Johnny Key

Personal information
- Full name: Johnny Key
- Nationality: Samoa
- Born: 18 October 2003 (age 22) Motoʻotua, Samoa

Sport
- Country: Samoa
- Sport: Athletics
- Event(s): 100 m, 200 m
- College team: St Joseph's College
- Turned pro: 2019
- Coached by: Johan Keil

Achievements and titles
- Personal best(s): 10.71s (100 m) 21.82s (200 m)

Medal record
Men's Athletics
Representing Samoa
Pacific Games
| Bronze medal – third place | 2022 Honiara | 100 m |
Pacific Mini Games
| Silver medal – second place | 2022 Saipan | 4x100 m relay |
| Bronze medal – third place | 2022 Saipan | 4x400 m relay |
| Bronze medal – third place | 2022 Saipan | 100 m |

= Johnny Key (sprinter) =

Samoan athlete

Johnny Key (born 18 October 2003) is a Samoan sprinter who specializes in the 100 and 200 metres. He is the current champion in the men's 100 m and 200 m for Samoa.
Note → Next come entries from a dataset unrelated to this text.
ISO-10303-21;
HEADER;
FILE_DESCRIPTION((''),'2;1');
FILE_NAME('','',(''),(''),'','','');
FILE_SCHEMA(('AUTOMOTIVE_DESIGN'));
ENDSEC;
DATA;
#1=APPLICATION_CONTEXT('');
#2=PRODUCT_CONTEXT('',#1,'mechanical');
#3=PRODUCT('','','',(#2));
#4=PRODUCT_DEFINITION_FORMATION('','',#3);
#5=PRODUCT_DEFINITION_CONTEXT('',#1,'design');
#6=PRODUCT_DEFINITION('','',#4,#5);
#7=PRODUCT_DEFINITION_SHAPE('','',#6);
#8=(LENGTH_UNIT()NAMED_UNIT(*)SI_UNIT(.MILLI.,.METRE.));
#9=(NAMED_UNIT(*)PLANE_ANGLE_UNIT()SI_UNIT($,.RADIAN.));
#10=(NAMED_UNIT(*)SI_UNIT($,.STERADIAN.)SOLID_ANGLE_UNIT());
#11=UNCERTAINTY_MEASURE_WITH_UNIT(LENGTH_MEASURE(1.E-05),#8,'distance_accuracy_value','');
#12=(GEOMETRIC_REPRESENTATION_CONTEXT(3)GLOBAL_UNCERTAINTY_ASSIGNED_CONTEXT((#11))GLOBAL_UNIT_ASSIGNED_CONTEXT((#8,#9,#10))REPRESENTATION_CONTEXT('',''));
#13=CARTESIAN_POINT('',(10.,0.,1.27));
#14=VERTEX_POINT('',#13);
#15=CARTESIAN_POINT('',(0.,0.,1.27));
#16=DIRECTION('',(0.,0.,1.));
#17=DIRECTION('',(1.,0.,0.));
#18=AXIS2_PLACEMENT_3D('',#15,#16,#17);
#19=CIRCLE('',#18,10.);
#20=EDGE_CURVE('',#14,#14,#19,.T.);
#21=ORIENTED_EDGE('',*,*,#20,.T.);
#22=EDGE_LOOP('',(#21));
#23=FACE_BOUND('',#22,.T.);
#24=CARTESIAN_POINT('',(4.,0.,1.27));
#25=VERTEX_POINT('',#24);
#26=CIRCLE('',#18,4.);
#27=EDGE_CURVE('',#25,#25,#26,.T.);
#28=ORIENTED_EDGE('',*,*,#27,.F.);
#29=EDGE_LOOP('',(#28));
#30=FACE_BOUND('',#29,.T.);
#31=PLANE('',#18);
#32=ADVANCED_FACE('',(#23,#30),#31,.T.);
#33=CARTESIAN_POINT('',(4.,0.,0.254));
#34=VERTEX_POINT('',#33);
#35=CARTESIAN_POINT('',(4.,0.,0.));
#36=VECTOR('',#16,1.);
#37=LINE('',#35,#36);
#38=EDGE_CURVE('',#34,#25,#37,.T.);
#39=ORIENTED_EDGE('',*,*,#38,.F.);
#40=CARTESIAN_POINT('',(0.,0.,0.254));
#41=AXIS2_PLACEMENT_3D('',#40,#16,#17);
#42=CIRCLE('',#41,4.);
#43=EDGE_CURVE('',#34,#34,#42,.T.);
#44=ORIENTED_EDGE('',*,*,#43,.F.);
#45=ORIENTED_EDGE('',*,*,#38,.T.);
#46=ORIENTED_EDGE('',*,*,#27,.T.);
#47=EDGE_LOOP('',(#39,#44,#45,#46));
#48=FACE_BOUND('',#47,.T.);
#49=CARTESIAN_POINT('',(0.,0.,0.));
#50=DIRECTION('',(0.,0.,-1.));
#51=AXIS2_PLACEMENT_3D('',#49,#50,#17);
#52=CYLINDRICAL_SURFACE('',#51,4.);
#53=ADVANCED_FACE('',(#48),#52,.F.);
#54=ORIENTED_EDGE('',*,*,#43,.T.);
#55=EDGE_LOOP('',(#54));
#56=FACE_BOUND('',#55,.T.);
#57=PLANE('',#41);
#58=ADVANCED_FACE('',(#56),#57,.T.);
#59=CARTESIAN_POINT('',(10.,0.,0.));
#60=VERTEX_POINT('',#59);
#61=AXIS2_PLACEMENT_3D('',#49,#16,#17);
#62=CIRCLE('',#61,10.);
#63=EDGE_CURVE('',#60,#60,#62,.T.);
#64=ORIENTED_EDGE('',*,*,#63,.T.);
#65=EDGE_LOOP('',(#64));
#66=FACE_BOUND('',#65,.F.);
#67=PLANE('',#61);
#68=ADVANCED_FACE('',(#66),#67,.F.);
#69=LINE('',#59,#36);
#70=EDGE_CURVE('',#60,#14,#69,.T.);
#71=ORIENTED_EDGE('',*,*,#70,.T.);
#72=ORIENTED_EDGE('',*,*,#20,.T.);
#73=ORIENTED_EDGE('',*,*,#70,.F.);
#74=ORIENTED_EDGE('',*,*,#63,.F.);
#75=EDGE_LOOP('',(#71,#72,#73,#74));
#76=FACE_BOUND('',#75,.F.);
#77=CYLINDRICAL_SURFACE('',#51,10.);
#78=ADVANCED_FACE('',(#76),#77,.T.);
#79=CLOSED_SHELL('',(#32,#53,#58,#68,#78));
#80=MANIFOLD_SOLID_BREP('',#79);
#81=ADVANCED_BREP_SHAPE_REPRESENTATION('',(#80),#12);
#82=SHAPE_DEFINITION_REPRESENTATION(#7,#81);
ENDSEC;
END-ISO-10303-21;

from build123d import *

# Parameters (mm, degrees)
F0_R     = 10
F0_R_2   = 4
F1_DEPTH = 1.27
F2_DEPTH = 0.254


with BuildPart() as f1:
    # F0 (on Top) → F1 (new body)
    with BuildSketch(Plane.XY):
        Circle(F0_R)
        Circle(F0_R_2, mode=Mode.SUBTRACT)
    extrude(amount=F1_DEPTH)

    # F0 (on Top) → F2 (join)
    with BuildSketch(Plane.XY):
        Circle(F0_R_2)
    extrude(amount=F2_DEPTH)


solid = f1.part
He has also represented Samoa in the 2022 Pacific Mini Games and the 2022 Commonwealth Games.

At the 2022 Pacific Mini Games in Saipan, Northern Mariana Islands he won bronze in the 100 metres, silver in the 4 × 100 metres relay, and bronze in the 4 × 400 metres relay.

On 14 July 2022 he was selected as part of Samoa's team for the 2022 Commonwealth Games in Birmingham.